View Single Post
  #190   Report Post  
Posted to uk.d-i-y
Andrew Gabriel Andrew Gabriel is offline
external usenet poster
 
Posts: 11,175
Default American toilets

In article ,
Derek ^ writes:
On 24 Aug 2006 15:22:53 GMT, "Bob Eager" wrote:

On Wed, 23 Aug 2006 22:01:23 UTC, Derek ^
wrote:

Whatever did happen to A.E.I. G.E.C. English Electric, Metro Cammell,
Elliot Automation, Lyons Electronic Office, Marconi ?


GEC merged with Marconi...who didn't collapse until this government..


That wasn't the original "Marconi" it was a re-launching re-branding
marketing exercise involving mostly bought in aquisitions. When I
started work after Uni (1969) a great many ex Marconi engineers
started with me on the same day.


GEC owned the Marconi name since the late 1960's, and some
GEC Companies continued using it. In the late 1990's, GEC
decided that the Marconi brand was better known worldwide
than the GEC name, and so they switched the name to Marconi,
ditching the GEC and GPT names. There were many attempts by
various GEC companies over the years to get the GEC logo
updated to something modern, but Weinstock wouldn't pay the
worldwide costs of doing so.

Elliott and EE merged with ICT to form ICL. Do try and keep up. LEO were
made by EE.


ICT got only the data processing part of Elliotts, which was
mainly the rebadged NCR Elliott 4100 systems. All the rest
of Elliotts (the computer systems they designed themselves
and all the non computing parts of the business) moved into
GEC. I have the slides shown to the workforce when this
happened, and I put some online at
http://www.cucumber.demon.co.uk/geccl/19471972

Following the split into GEC and ICT, GEC were not permitted
to operate in the Data Processing business for 5 years, and
ICT were not permitted to operate in the real-time, process
control, and military market areas for 5 years.

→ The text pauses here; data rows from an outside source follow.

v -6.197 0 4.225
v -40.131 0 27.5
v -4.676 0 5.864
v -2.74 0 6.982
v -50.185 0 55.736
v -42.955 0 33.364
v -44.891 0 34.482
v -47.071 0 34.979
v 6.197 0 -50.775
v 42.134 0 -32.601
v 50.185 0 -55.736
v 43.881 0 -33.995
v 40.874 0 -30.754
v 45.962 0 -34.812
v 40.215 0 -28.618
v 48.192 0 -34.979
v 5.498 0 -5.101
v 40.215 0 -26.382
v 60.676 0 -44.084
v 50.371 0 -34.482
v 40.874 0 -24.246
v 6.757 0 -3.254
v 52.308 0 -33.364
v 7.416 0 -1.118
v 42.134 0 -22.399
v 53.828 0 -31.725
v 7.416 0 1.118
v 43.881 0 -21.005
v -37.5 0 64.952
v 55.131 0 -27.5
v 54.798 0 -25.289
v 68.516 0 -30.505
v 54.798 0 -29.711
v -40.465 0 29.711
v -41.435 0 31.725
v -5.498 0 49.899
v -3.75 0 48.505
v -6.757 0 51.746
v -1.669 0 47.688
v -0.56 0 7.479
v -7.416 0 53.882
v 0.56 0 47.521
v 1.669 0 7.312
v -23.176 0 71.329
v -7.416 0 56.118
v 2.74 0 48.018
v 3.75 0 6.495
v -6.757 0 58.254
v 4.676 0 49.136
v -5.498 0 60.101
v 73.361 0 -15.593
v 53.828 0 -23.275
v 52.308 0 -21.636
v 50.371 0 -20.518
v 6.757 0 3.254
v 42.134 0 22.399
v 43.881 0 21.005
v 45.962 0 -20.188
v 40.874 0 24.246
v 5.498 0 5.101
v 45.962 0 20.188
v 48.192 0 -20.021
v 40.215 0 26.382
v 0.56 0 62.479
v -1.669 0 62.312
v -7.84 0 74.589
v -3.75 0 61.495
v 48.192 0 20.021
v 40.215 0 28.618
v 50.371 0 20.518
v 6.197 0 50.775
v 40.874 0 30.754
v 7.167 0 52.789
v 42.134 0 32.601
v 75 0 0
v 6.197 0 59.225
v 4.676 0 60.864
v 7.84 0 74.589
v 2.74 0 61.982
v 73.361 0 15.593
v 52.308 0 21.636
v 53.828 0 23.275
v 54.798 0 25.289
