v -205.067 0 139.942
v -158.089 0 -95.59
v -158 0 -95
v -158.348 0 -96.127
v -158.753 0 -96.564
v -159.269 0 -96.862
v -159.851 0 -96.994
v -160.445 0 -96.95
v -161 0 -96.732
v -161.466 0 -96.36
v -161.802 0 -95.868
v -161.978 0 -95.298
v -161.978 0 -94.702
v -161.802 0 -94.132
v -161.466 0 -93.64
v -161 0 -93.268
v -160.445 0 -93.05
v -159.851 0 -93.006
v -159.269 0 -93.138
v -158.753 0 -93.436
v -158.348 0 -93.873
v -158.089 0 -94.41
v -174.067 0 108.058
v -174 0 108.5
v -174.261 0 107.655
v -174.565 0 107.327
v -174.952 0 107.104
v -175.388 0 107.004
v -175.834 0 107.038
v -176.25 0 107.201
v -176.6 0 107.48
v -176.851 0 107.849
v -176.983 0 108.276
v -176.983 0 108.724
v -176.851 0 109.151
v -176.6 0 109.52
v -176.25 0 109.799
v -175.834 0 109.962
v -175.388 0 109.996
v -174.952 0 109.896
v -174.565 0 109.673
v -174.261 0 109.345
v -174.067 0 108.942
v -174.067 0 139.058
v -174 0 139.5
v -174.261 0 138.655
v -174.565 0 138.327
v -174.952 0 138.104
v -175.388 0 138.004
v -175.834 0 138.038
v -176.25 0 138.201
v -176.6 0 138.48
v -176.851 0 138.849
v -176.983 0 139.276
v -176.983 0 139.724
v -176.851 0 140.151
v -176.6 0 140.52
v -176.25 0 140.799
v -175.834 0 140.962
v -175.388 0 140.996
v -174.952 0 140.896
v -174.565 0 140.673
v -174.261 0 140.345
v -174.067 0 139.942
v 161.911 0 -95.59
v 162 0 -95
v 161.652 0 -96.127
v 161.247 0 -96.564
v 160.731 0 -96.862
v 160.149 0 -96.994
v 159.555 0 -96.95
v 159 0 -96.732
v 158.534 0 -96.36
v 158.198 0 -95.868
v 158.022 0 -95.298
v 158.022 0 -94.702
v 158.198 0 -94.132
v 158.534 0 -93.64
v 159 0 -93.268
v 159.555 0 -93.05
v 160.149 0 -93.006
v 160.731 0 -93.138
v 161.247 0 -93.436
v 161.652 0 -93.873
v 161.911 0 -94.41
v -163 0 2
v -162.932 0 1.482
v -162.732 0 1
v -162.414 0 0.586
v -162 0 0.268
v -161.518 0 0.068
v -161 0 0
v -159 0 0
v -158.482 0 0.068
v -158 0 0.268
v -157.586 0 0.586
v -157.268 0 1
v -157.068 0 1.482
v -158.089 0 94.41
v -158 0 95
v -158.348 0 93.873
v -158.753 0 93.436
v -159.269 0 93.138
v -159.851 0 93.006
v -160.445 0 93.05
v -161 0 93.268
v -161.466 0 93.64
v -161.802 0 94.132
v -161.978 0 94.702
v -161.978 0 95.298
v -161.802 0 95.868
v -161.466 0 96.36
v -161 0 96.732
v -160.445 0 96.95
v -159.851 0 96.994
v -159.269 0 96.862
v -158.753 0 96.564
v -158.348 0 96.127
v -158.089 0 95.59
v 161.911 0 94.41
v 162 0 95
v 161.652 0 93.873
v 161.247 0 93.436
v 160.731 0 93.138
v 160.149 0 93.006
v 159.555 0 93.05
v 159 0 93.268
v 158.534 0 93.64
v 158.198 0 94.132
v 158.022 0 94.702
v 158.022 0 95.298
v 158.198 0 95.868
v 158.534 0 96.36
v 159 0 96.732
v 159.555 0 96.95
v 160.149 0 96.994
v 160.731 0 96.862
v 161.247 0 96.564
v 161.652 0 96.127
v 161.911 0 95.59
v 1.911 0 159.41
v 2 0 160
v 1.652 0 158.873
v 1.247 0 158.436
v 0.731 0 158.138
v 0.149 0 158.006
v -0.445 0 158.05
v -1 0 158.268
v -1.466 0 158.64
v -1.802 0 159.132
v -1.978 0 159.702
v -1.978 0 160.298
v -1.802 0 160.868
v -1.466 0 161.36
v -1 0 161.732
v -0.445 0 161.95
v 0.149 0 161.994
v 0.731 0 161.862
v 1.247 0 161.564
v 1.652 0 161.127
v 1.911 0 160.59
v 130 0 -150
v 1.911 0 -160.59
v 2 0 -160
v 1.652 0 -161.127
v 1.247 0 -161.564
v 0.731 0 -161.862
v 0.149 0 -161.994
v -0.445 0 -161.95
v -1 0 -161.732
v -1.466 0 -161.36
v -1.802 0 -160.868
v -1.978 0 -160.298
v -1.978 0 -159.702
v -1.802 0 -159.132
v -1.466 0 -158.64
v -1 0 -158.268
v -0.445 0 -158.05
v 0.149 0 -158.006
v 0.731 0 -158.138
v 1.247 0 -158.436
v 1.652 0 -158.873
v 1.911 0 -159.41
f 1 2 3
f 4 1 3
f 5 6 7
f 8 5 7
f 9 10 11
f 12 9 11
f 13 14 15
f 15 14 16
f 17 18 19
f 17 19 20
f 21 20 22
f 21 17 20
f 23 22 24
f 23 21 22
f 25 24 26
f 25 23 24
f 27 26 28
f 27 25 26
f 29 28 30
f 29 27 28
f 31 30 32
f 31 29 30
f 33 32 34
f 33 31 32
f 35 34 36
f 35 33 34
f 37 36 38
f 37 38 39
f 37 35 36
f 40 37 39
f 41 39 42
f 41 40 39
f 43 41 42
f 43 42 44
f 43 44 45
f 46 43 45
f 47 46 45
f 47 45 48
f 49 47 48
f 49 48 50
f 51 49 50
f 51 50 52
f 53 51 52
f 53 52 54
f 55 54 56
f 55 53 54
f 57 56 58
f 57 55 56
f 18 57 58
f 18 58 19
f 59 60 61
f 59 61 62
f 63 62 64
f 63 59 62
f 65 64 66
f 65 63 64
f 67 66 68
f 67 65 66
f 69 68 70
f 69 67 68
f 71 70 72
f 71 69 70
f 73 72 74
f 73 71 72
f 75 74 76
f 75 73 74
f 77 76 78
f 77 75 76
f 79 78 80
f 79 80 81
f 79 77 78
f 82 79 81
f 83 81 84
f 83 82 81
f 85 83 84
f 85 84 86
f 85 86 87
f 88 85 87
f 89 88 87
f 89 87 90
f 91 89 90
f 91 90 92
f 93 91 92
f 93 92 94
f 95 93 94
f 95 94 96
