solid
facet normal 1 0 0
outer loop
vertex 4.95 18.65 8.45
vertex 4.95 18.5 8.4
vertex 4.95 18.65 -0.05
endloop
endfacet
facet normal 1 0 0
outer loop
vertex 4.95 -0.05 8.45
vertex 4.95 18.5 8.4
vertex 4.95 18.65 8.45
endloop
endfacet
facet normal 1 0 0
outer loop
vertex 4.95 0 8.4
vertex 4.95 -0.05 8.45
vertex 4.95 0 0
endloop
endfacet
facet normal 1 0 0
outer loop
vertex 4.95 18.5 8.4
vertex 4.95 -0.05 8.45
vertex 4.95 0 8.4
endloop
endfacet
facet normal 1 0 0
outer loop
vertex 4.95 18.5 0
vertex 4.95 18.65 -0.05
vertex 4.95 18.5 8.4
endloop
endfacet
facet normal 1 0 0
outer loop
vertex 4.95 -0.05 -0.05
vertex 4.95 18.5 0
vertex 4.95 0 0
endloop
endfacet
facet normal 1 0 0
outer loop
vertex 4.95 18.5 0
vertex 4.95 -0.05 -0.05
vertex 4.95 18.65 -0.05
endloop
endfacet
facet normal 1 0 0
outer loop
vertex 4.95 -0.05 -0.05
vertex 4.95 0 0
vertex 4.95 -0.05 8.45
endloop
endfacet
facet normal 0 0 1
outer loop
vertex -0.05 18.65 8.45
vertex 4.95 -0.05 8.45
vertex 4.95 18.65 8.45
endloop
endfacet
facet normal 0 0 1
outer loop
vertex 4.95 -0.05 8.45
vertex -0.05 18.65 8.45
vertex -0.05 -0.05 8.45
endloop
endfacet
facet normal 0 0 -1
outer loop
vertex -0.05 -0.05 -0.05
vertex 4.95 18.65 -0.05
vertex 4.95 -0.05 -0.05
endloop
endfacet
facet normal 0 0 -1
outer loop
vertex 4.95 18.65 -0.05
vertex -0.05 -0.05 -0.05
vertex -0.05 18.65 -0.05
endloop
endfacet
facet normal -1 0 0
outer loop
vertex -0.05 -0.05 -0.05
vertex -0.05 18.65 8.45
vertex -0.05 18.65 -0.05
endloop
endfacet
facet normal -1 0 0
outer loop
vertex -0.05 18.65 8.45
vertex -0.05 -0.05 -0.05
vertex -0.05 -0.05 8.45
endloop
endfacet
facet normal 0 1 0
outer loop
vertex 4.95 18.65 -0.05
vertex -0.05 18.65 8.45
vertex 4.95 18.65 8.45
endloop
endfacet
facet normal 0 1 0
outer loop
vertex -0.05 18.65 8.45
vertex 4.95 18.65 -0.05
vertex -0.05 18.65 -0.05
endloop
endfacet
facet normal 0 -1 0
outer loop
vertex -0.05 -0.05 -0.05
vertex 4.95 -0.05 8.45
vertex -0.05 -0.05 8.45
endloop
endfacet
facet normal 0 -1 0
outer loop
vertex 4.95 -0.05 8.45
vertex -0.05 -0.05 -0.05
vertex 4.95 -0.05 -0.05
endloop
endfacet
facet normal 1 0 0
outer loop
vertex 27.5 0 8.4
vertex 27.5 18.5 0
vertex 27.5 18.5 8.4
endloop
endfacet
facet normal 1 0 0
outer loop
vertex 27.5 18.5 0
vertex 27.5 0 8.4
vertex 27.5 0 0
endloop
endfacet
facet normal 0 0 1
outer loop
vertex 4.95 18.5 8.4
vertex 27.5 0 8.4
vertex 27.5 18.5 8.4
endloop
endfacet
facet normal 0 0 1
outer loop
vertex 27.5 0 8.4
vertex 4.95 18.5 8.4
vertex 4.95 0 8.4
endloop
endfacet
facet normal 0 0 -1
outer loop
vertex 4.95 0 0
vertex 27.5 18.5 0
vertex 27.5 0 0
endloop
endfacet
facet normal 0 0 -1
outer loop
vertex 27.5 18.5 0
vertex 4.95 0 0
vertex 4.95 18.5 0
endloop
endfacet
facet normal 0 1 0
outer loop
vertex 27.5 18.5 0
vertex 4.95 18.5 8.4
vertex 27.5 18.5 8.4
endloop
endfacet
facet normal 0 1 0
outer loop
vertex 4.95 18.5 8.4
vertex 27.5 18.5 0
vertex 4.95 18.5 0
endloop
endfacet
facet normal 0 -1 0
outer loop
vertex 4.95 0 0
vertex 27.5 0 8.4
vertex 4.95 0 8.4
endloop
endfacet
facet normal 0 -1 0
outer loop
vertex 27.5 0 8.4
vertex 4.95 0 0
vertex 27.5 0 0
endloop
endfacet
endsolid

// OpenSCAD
module battery(){
  translate([-0.05,-0.05,-0.05])cube([5,18.7,8.5]);
  color("silver")cube([27.5,18.5,8.4]);
  translate([5,(18.5/2)-2.5,8]) text("battery",size=5);
}

battery();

The computing part of Elliotts was renamed GEC Computers
in 1971, and remained in the former Elliott main building
until around 2002. That's also about the time the last
Elliott commercial computer system ceased being on maintenance
(it was used for traffic light control, in Birmingham IIRC).
Some of the Elliott military systems may still be in use.